• Entries shown
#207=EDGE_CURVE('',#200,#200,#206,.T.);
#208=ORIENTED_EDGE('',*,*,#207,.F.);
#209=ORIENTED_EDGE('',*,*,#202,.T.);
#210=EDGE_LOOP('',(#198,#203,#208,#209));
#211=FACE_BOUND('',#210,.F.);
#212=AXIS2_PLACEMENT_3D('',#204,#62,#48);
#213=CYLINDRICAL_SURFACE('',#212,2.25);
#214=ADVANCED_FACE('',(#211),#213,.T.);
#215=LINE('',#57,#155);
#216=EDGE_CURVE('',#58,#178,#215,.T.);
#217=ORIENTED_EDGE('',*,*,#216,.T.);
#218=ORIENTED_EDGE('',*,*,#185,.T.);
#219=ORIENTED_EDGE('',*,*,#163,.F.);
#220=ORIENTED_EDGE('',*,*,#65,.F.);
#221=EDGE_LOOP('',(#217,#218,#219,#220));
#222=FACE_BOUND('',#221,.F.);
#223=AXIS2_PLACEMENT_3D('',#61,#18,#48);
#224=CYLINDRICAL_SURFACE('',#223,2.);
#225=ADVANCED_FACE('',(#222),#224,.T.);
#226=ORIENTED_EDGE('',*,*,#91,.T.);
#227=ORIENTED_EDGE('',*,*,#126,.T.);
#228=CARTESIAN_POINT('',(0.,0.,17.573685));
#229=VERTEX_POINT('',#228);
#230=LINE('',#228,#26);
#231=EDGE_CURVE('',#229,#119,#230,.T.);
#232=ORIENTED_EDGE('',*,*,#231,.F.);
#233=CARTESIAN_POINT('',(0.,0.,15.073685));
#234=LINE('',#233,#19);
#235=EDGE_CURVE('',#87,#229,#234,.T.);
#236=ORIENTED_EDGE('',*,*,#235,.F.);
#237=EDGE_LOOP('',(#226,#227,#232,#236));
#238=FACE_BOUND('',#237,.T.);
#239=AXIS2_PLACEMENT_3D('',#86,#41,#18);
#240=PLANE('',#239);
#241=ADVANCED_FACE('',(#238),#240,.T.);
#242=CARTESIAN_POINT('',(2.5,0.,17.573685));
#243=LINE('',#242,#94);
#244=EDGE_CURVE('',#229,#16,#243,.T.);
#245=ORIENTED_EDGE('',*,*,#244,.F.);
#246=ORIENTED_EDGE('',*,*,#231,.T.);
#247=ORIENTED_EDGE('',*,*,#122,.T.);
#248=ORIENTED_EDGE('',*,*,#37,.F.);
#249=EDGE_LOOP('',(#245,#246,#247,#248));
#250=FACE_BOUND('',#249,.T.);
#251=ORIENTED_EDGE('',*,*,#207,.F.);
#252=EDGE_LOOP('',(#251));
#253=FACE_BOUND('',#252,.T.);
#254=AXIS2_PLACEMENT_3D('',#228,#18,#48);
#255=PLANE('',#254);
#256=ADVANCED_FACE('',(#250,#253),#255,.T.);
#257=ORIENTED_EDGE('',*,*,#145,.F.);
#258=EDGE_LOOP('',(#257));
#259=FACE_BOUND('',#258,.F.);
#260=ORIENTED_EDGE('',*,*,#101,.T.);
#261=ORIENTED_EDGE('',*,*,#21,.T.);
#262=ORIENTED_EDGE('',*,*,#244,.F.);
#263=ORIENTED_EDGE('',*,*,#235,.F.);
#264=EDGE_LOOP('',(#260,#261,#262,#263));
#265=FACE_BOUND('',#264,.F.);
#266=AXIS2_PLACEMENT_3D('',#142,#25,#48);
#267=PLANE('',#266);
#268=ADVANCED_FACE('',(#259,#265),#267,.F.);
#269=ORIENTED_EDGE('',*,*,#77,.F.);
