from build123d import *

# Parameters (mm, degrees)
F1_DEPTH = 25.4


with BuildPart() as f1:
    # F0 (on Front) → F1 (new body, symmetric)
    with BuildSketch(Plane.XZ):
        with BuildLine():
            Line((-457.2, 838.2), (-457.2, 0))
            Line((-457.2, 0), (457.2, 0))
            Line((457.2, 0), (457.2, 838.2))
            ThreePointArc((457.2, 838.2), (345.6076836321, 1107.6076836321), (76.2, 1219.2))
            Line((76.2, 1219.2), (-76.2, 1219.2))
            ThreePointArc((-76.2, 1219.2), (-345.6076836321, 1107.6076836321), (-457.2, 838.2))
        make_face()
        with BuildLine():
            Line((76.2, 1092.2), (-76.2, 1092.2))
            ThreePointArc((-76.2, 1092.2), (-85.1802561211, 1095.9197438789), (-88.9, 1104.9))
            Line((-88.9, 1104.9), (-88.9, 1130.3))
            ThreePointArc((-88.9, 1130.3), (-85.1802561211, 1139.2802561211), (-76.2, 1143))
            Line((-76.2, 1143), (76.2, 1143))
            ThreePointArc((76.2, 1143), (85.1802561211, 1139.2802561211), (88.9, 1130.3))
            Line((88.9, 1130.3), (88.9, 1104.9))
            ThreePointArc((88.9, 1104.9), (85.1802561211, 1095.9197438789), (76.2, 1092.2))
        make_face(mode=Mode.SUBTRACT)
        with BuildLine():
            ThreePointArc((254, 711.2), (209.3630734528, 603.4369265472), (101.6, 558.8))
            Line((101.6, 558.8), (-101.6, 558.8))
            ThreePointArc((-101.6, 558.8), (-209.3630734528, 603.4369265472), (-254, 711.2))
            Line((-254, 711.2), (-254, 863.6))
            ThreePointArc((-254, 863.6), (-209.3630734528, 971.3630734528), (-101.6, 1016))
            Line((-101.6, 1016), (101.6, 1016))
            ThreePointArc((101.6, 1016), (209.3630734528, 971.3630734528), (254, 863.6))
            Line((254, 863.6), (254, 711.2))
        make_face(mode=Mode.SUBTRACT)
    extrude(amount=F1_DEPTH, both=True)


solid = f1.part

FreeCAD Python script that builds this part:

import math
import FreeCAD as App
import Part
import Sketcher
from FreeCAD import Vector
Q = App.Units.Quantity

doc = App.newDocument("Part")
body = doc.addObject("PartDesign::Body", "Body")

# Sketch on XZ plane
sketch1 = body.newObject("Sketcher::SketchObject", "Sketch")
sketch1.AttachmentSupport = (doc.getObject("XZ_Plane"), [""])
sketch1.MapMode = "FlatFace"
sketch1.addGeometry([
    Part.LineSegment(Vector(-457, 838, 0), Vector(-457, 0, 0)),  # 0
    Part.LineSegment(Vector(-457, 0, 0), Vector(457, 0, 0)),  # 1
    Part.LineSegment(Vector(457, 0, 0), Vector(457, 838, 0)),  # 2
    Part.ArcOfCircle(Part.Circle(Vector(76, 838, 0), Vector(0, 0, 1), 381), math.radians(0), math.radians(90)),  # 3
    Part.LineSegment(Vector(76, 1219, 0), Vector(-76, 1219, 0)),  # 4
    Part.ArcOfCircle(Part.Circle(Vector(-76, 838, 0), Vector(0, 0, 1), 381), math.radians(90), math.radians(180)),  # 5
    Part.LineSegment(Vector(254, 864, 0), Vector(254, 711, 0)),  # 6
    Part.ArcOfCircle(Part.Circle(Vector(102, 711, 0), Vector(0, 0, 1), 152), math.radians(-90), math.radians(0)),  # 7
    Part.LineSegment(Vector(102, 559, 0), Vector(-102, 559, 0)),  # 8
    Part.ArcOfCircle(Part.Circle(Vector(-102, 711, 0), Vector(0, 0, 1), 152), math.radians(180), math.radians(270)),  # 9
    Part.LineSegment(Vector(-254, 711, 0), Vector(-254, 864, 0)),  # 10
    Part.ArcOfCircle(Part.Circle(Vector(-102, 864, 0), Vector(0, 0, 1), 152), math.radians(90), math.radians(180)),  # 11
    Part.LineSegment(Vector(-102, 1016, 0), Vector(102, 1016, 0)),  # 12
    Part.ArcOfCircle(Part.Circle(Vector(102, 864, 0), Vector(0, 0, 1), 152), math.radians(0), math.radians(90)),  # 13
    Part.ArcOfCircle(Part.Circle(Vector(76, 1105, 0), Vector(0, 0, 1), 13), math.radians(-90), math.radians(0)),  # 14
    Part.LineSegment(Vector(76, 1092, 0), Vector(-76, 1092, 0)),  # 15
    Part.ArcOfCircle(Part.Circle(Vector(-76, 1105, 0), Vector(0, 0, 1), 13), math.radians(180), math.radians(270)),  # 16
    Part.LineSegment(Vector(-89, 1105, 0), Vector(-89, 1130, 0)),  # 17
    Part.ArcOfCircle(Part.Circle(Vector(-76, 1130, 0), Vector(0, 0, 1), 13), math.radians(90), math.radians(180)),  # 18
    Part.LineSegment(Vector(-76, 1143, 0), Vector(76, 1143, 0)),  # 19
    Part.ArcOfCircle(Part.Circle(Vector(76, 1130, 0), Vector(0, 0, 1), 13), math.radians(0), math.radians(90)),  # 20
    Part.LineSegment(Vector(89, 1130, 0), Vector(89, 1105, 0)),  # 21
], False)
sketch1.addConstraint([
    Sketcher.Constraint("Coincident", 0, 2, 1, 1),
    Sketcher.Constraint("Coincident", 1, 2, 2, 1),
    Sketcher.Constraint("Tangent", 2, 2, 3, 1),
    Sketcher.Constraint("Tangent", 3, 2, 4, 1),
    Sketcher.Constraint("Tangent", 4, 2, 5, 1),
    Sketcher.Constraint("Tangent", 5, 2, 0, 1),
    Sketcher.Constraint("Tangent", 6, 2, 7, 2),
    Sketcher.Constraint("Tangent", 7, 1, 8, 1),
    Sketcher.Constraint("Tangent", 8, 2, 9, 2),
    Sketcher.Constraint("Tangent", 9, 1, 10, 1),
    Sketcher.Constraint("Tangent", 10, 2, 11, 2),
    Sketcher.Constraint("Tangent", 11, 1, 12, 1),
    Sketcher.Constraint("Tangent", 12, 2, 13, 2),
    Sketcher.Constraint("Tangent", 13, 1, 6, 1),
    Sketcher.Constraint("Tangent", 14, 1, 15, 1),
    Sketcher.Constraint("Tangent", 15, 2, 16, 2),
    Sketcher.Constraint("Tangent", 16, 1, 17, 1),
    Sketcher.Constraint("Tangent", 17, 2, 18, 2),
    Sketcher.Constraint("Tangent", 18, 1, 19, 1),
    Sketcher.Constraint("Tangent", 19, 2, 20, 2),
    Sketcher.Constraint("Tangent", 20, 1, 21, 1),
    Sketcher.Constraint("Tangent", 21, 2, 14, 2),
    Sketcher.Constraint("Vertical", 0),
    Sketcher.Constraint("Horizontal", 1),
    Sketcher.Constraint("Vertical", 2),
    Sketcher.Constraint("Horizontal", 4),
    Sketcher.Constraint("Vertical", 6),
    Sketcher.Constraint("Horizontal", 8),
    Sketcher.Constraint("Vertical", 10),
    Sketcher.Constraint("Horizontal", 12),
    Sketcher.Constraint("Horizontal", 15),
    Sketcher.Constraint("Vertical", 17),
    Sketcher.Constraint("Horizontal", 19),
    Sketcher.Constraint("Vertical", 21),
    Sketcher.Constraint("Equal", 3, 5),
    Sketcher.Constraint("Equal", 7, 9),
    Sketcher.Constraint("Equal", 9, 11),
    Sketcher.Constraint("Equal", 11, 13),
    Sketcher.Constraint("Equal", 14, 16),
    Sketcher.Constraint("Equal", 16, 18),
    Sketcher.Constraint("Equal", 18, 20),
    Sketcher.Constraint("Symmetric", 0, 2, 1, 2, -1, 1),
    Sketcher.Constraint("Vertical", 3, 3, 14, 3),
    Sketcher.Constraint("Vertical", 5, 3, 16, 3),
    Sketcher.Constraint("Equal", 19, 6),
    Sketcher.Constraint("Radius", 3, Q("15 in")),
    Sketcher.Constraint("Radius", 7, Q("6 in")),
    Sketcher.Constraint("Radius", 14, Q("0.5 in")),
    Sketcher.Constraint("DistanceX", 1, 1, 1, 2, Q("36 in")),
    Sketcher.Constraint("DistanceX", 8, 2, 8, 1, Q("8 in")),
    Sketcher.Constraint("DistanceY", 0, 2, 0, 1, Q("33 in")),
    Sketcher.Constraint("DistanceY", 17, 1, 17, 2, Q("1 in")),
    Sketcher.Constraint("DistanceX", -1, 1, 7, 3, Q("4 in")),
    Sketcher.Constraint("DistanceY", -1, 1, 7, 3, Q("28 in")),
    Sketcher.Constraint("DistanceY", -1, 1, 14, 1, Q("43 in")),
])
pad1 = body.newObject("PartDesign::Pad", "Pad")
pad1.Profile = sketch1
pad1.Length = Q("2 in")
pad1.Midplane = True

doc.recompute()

• Work request
In the listing above, find the line with "#258=EDGE_LOOP('',(#257));" and the line with "# F0 (on Front)"; output exactly those lines and all lines between them.

• Task response
#258=EDGE_LOOP('',(#257));
#259=FACE_BOUND('',#258,.F.);
#260=ORIENTED_EDGE('',*,*,#101,.T.);
#261=ORIENTED_EDGE('',*,*,#21,.T.);
#262=ORIENTED_EDGE('',*,*,#244,.F.);
#263=ORIENTED_EDGE('',*,*,#235,.F.);
#264=EDGE_LOOP('',(#260,#261,#262,#263));
#265=FACE_BOUND('',#264,.F.);
#266=AXIS2_PLACEMENT_3D('',#142,#25,#48);
#267=PLANE('',#266);
#268=ADVANCED_FACE('',(#259,#265),#267,.F.);
#269=ORIENTED_EDGE('',*,*,#77,.F.);
from build123d import *

# Parameters (mm, degrees)
F1_DEPTH = 25.4


with BuildPart() as f1:
    # F0 (on Front) → F1 (new body, symmetric)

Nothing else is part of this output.